Coming back to Amsterdam Marketing and their current challenge of solving the tourism imbalance in the city center, I argue that this imbalance is a result of their economic driven structure that does not permit the residents to exercise their rights as citizens. By developing a structure that doesn’t fully offer the platform for the residents to exercise their role as citizens they develop activities that only enhance the gap between them and the residents and does not allow the citizens to help in finding solutions to calibrate the touristic pressure on the neighborhood.

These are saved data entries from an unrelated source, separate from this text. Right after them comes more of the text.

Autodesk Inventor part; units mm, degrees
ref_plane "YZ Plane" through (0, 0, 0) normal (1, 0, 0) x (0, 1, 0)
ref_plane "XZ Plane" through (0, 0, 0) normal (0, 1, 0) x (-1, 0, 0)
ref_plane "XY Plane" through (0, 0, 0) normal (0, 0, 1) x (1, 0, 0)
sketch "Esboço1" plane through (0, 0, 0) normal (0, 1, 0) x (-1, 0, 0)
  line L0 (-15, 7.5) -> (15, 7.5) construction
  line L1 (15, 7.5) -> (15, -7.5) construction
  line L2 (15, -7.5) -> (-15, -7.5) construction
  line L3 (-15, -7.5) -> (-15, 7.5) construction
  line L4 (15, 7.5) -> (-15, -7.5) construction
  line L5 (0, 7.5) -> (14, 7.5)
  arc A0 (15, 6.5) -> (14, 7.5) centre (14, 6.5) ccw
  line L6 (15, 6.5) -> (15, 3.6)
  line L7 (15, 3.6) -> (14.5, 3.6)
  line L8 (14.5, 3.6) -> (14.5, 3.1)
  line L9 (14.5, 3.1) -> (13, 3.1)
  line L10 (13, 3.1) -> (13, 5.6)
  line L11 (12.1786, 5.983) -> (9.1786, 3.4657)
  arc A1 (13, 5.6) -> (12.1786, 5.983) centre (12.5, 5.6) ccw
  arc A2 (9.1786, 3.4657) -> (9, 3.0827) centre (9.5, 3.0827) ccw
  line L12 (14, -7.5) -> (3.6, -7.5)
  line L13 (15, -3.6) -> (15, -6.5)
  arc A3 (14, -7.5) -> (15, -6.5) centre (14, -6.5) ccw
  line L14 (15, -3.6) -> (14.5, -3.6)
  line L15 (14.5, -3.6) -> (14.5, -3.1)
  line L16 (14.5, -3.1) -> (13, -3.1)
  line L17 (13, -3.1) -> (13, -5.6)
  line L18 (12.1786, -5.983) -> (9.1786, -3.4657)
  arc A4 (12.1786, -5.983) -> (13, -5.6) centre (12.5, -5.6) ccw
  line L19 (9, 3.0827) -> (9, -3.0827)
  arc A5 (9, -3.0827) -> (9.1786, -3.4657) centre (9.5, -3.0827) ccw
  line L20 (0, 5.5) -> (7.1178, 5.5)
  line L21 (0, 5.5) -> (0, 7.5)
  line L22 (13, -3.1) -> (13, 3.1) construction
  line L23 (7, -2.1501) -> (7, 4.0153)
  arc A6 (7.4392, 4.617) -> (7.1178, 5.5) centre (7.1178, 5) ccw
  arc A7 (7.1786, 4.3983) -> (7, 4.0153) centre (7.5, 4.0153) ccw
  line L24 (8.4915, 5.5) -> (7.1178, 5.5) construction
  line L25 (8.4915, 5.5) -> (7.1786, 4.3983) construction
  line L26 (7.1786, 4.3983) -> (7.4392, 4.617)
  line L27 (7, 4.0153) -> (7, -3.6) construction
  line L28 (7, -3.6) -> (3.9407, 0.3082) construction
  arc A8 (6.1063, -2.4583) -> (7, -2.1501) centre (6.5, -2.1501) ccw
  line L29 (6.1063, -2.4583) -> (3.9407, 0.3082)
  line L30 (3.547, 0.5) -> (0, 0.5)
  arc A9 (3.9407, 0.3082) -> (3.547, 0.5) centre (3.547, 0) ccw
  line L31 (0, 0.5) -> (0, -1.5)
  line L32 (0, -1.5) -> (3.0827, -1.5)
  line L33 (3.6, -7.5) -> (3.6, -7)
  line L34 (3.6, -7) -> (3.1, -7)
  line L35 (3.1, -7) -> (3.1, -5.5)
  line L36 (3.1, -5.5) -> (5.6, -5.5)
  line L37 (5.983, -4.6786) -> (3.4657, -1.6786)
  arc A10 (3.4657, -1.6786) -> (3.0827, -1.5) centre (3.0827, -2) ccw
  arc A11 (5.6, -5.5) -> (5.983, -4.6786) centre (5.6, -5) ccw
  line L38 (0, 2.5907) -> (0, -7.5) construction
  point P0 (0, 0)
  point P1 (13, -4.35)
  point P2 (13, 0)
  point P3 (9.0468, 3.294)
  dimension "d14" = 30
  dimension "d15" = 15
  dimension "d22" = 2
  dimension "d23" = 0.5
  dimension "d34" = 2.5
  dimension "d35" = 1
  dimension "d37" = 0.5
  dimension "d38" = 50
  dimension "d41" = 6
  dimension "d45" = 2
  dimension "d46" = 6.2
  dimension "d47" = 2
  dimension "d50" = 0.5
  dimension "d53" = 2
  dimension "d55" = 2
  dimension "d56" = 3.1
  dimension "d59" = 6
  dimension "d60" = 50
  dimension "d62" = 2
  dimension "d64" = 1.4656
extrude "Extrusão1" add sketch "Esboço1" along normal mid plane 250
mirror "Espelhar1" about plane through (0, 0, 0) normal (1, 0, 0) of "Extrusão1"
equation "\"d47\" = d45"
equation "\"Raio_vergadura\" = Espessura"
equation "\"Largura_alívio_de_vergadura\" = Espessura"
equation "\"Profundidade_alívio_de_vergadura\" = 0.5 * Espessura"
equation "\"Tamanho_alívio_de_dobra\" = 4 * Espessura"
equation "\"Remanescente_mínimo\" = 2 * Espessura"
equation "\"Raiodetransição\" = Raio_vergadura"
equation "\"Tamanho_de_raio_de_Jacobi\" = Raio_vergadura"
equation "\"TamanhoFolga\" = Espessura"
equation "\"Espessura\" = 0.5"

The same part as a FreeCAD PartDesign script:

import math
import FreeCAD as App
import Part
import Sketcher
Q = App.Units.Quantity

doc = App.newDocument("Part")
body = doc.addObject("PartDesign::Body", "Body")

sketch1 = body.newObject("Sketcher::SketchObject", "Sketch")
sketch1.AttachmentSupport = (doc.getObject("XZ_Plane"), [""])
sketch1.MapMode = "FlatFace"
sketch1.addGeometry([
    Part.LineSegment(App.Vector(-14, 7.5, 0), App.Vector(0, 7.5, 0)),
    Part.LineSegment(App.Vector(0, 7.5, 0), App.Vector(0, 5.5, 0)),
    Part.LineSegment(App.Vector(0, 5.5, 0), App.Vector(-7.1178, 5.5, 0)),
    Part.ArcOfCircle(Part.Circle(App.Vector(-7.1178, 5, 0), App.Vector(0, 0, 1), 0.499987), math.radians(90), math.radians(229.997819)),
    Part.LineSegment(App.Vector(-7.4392, 4.617, 0), App.Vector(-7.1786, 4.3983, 0)),
    Part.ArcOfCircle(Part.Circle(App.Vector(-7.5, 4.0153, 0), App.Vector(0, 0, 1), 0.499987), math.radians(0), math.radians(49.997819)),
    Part.LineSegment(App.Vector(-7, 4.0153, 0), App.Vector(-7, -2.1501, 0)),
    Part.ArcOfCircle(Part.Circle(App.Vector(-6.5, -2.1501, 0), App.Vector(0, 0, 1), 0.499987), math.radians(180), math.radians(321.94511)),
    Part.LineSegment(App.Vector(-6.1063, -2.4583, 0), App.Vector(-3.9407, 0.3082, 0)),
    Part.ArcOfCircle(Part.Circle(App.Vector(-3.547, 0, 0), App.Vector(0, 0, 1), 0.499987), math.radians(90), math.radians(141.94511)),
    Part.LineSegment(App.Vector(-3.547, 0.5, 0), App.Vector(0, 0.5, 0)),
    Part.LineSegment(App.Vector(0, 0.5, 0), App.Vector(0, -1.5, 0)),
    Part.LineSegment(App.Vector(0, -1.5, 0), App.Vector(-3.0827, -1.5, 0)),
    Part.ArcOfCircle(Part.Circle(App.Vector(-3.0827, -2, 0), App.Vector(0, 0, 1), 0.499987), math.radians(90), math.radians(139.997819)),
    Part.LineSegment(App.Vector(-3.4657, -1.6786, 0), App.Vector(-5.983, -4.6786, 0)),
    Part.ArcOfCircle(Part.Circle(App.Vector(-5.6, -5, 0), App.Vector(0, 0, 1), 0.5), math.radians(139.997819), math.radians(270)),
    Part.LineSegment(App.Vector(-5.6, -5.5, 0), App.Vector(-3.1, -5.5, 0)),
    Part.LineSegment(App.Vector(-3.1, -5.5, 0), App.Vector(-3.1, -7, 0)),
    Part.LineSegment(App.Vector(-3.1, -7, 0), App.Vector(-3.6, -7, 0)),
    Part.LineSegment(App.Vector(-3.6, -7, 0), App.Vector(-3.6, -7.5, 0)),
    Part.LineSegment(App.Vector(-3.6, -7.5, 0), App.Vector(-14, -7.5, 0)),
    Part.ArcOfCircle(Part.Circle(App.Vector(-14, -6.5, 0), App.Vector(0, 0, 1), 1), math.radians(180), math.radians(270)),
    Part.LineSegment(App.Vector(-15, -6.5, 0), App.Vector(-15, -3.6, 0)),
    Part.LineSegment(App.Vector(-15, -3.6, 0), App.Vector(-14.5, -3.6, 0)),
    Part.LineSegment(App.Vector(-14.5, -3.6, 0), App.Vector(-14.5, -3.1, 0)),
    Part.LineSegment(App.Vector(-14.5, -3.1, 0), App.Vector(-13, -3.1, 0)),
    Part.LineSegment(App.Vector(-13, -3.1, 0), App.Vector(-13, -5.6, 0)),
    Part.ArcOfCircle(Part.Circle(App.Vector(-12.5, -5.6, 0), App.Vector(0, 0, 1), 0.499987), math.radians(180), math.radians(310.002181)),
    Part.LineSegment(App.Vector(-12.1786, -5.983, 0), App.Vector(-9.1786, -3.4657, 0)),
    Part.ArcOfCircle(Part.Circle(App.Vector(-9.5, -3.0827, 0), App.Vector(0, 0, 1), 0.5), math.radians(-49.997819), math.radians(0)),
    Part.LineSegment(App.Vector(-9, -3.0827, 0), App.Vector(-9, 3.0827, 0)),
    Part.ArcOfCircle(Part.Circle(App.Vector(-9.5, 3.0827, 0), App.Vector(0, 0, 1), 0.499987), math.radians(0), math.radians(49.997819)),
    Part.LineSegment(App.Vector(-9.1786, 3.4657, 0), App.Vector(-12.1786, 5.983, 0)),
    Part.ArcOfCircle(Part.Circle(App.Vector(-12.5, 5.6, 0), App.Vector(0, 0, 1), 0.5), math.radians(49.997819), math.radians(180)),
    Part.LineSegment(App.Vector(-13, 5.6, 0), App.Vector(-13, 3.1, 0)),
    Part.LineSegment(App.Vector(-13, 3.1, 0), App.Vector(-14.5, 3.1, 0)),
    Part.LineSegment(App.Vector(-14.5, 3.1, 0), App.Vector(-14.5, 3.6, 0)),
    Part.LineSegment(App.Vector(-14.5, 3.6, 0), App.Vector(-15, 3.6, 0)),
    Part.LineSegment(App.Vector(-15, 3.6, 0), App.Vector(-15, 6.5, 0)),
    Part.ArcOfCircle(Part.Circle(App.Vector(-14, 6.5, 0), App.Vector(0, 0, 1), 1), math.radians(90), math.radians(180)),
], False)
sketch1.addConstraint([
    Sketcher.Constraint("Coincident", 0, 2, 1, 1),
    Sketcher.Constraint("Coincident", 1, 2, 2, 1),
    Sketcher.Constraint("Tangent", 2, 2, 3, 1),
    Sketcher.Constraint("Tangent", 3, 2, 4, 1),
    Sketcher.Constraint("Tangent", 4, 2, 5, 2),
    Sketcher.Constraint("Tangent", 5, 1, 6, 1),
    Sketcher.Constraint("Tangent", 6, 2, 7, 1),
    Sketcher.Constraint("Tangent", 7, 2, 8, 1),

Current literature on city marketing (Karavatzis 2012, Braun, Katavatzis and Zenker 2013) also highlights the difficulty to include the residents in participative marketing processes. They suggest, as part of the solution, to use various ethnographic tools such as surveys and workshop formats to capture the opinions of the residents in the various stages of the development of marketing activities. What I argue is that these suggestions are a small step in solving the problem of resident participation, as it still looks at them through the lens of consumers and not citizens. I argue that, in order for participation to happen, a stronger structure needs to be developed that allows not only visibility for the residents into the marketing activities developed but also allows influencing them from below. Nevertheless, the successful development of this structure lies in accepting (like in the case of Nieuwmarkt) the power of the residents to apply their agency to the activities and decisions. It also lies in reducing some of the power Amsterdam Marketing gives now to the business partners and including the residents in a three way dialogue (again like in the case of the Nieuwmarkt). By connecting together, they can thus negotiate a common point of comfort with tourism and its effects.